- Horamavu Location within Bengaluru
- Country: India
- State: Karnataka
- City: Bengaluru
- Time zone: UTC+5:30 (IST)
- PIN: 560113

= Horamavu =

Horamavu is a residential locality in the eastern part of Bengaluru, in the Indian state of Karnataka. It falls under the jurisdiction of the Bruhat Bengaluru Mahanagara Palike (BBMP) and has witnessed rapid urbanisation in recent years.

==Geography==
Horamavu is situated in the eastern part of Bengaluru, in the Indian state of Karnataka. It is surrounded by localities such as Ramamurthy Nagar, Banaswadi, Kalkere and Kalyan Nagar. The area is primarily residential, with a mix of apartment complexes and independent houses.

The locality includes two prominent water bodies: Horamavu Agara Lake and Horamavu Lake, which serve as ecological and recreational spaces for residents. Walking and jogging tracks have been developed around these lakes. Despite undergoing rejuvenation in 2023, Horamavu Agara Lake has reportedly faced renewed pollution concerns.

== Connectivity ==

Horamavu is served by road-based public transport and is expected to gain enhanced connectivity through upcoming metro and suburban rail projects in Bengaluru.

=== Bus ===

Horamavu is well connected by road through services operated by the Bengaluru Metropolitan Transport Corporation (BMTC), which provides connectivity to various parts of the city including Kempegowda Bus Station (Majestic), Shivajinagar, KR Market, and HSR Layout.

Several bus routes originate from or pass through Horamavu and nearby stops such as Horamavu Signal, Horamavu Agara, and Banjara Layout. Common routes serving the area include the 301 series and 302G, connecting Horamavu to key destinations across Bengaluru.

=== Metro ===

The area will be served by the under-construction Namma Metro Blue Line through the proposed Horamavu Metro Station. This elevated station is part of Phase 2B of the Blue Line, which connects KR Puram to KIAL Terminals metro station. The line is scheduled for completion by December 2027.
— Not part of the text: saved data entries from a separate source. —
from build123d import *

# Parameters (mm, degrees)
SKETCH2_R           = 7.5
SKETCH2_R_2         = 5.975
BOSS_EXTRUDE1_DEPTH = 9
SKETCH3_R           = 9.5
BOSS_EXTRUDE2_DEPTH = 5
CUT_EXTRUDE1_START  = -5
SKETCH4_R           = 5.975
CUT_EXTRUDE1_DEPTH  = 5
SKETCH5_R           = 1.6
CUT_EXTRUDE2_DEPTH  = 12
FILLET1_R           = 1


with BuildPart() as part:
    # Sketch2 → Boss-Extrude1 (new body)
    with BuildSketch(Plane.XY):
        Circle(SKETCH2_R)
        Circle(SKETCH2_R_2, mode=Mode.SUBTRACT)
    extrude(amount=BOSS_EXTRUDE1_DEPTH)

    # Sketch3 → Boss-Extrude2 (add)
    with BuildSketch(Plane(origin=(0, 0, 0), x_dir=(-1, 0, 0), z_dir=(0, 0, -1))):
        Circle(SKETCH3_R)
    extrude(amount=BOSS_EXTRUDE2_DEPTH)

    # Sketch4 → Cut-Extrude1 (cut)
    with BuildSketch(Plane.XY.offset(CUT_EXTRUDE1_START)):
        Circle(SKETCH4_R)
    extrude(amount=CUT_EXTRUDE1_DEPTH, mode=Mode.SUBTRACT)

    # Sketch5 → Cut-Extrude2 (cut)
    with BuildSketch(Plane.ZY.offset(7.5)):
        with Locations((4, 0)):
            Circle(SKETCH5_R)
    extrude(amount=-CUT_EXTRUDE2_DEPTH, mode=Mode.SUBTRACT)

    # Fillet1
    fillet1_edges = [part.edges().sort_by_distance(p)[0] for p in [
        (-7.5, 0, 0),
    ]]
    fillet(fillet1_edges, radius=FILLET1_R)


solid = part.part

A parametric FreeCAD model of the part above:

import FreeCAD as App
import Part
import Sketcher

V = App.Vector
Q = App.Units.Quantity


def edges_at(feature, points):
    """Names of the edges that pass closest to the given points."""
    edges = feature.Shape.Edges
    near = lambda p: min(range(len(edges)), key=lambda i: edges[i].distToShape(Part.Vertex(*p))[0])
    return sorted({f"Edge{near(p) + 1}" for p in points})

doc = App.newDocument("Part")
body = doc.addObject("PartDesign::Body", "Body")

# Sketch on XY plane
sketch1 = body.newObject("Sketcher::SketchObject", "Sketch")
sketch1.AttachmentSupport = (doc.getObject("XY_Plane"), [""])
sketch1.MapMode = "FlatFace"
sketch1.addGeometry([
    Part.Circle(V(0, 0, 0), V(0, 0, 1), 8),
    Part.Circle(V(0, 0, 0), V(0, 0, 1), 6),
], False)
sketch1.addConstraint([
    Sketcher.Constraint("Coincident", 0, 3, -1, 1),
    Sketcher.Constraint("Coincident", 1, 3, -1, 1),
    Sketcher.Constraint("Diameter", 0, Q("15 mm")),
    Sketcher.Constraint("Diameter", 1, Q("11.95 mm")),
])
pad1 = body.newObject("PartDesign::Pad", "Pad")
pad1.Profile = sketch1
pad1.Length = 9

# Sketch on XY plane
sketch2 = body.newObject("Sketcher::SketchObject", "Sketch001")
sketch2.AttachmentSupport = (doc.getObject("XY_Plane"), [""])
sketch2.MapMode = "FlatFace"
sketch2.addGeometry(Part.Circle(V(0, 0, 0), V(0, 0, 1), 10), False)
sketch2.addConstraint([
    Sketcher.Constraint("Coincident", 0, 3, -1, 1),
    Sketcher.Constraint("Diameter", 0, Q("19 mm")),
])
pad2 = body.newObject("PartDesign::Pad", "Pad001")
pad2.Profile = sketch2
pad2.Length = 5
pad2.Reversed = True

# Sketch on XY plane
sketch3 = body.newObject("Sketcher::SketchObject", "Sketch002")
sketch3.AttachmentSupport = (doc.getObject("XY_Plane"), [""])
sketch3.MapMode = "FlatFace"
sketch3.AttachmentOffset = App.Placement(V(0, 0, -5), App.Rotation())
sketch3.addGeometry(Part.Circle(V(0, 0, 0), V(0, 0, 1), 6), False)
sketch3.addConstraint([
    Sketcher.Constraint("Coincident", 0, 3, -1, 1),
    Sketcher.Constraint("Diameter", 0, Q("11.95 mm")),
])
pocket1 = body.newObject("PartDesign::Pocket", "Pocket")
pocket1.Profile = sketch3
pocket1.Length = 5
pocket1.Reversed = True

# Sketch on YZ plane
sketch4 = body.newObject("Sketcher::SketchObject", "Sketch003")
sketch4.AttachmentSupport = (doc.getObject("YZ_Plane"), [""])
sketch4.MapMode = "FlatFace"
sketch4.AttachmentOffset = App.Placement(V(0, 0, -7.5), App.Rotation())
sketch4.addGeometry(Part.Circle(V(0, 4, 0), V(0, 0, 1), 1.6), False)
sketch4.addConstraint([
    Sketcher.Constraint("PointOnObject", 0, 3, -2),
    Sketcher.Constraint("Diameter", 0, Q("3.2 mm")),
    Sketcher.Constraint("DistanceY", -1, 1, 0, 3, Q("4 mm")),
])
pocket2 = body.newObject("PartDesign::Pocket", "Pocket001")
pocket2.Profile = sketch4
pocket2.Length = 12
pocket2.Reversed = True
doc.recompute()

fillet = body.newObject("PartDesign::Fillet", "Fillet")
fillet.Base = (pocket2, edges_at(pocket2, [(-7.5, 0, 0)]))
fillet.Radius = 1

doc.recompute()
The Blue Line (Airport Metro Line) is designed to improve connectivity between eastern Bengaluru and key hubs such as Hebbal and Kempegowda International Airport.

=== Suburban rail ===

Horamavu will also be served by the proposed Kanaka line, part of the Bengaluru Suburban Rail Project implemented by K-RIDE.

A planned Horamavu Railway Station is included on this corridor, which will run between Heelalige and Rajanakunte. The suburban rail network is expected to be completed by 2030 following revised project timelines.

The suburban rail network aims to provide faster intra-city rail connectivity and integrate with existing metro and railway systems.

=== Rail ===

The nearest major railway stations to Horamavu include Krishnarajapuram railway station and Sir M. Visvesvaraya Terminal railway station (SMVT), which provide connectivity to regional and long-distance destinations across India.

==Infrastructure==
Horamavu has experienced significant residential growth due to its proximity to employment hubs such as the Outer Ring Road and Manyata Tech Park. The area has seen the development of apartment complexes and retail establishments.

Water supply in Horamavu is managed by the Bangalore Water Supply and Sewerage Board (BWSSB), which supplies treated water from the Cauvery River under the Cauvery Water Supply Scheme. In recent years, parts of Horamavu, including Horamavu Agara, have been connected to piped Cauvery water supply. However, residents have reported issues such as pipeline leakages and inconsistent supply.

==Education==
Educational institutions in and around Horamavu include schools affiliated with national and state boards. Notable institutions in nearby areas include VIBGYOR High and ORCHIDS The International School.

Due to its proximity to established neighbourhoods such as Banaswadi and Kalyan Nagar, residents also have access to a range of other schools and colleges in the vicinity.

==Healthcare==
Healthcare services for residents of Horamavu are primarily provided by hospitals and clinics located in nearby areas such as Banaswadi, Kalyan Nagar and HRBR Layout. These include multi-specialty hospitals, maternity centres and diagnostic facilities.

Major healthcare providers in the broader vicinity include facilities operated by organisations such as Aster DM Healthcare and Manipal Hospitals, which have centres in East Bengaluru.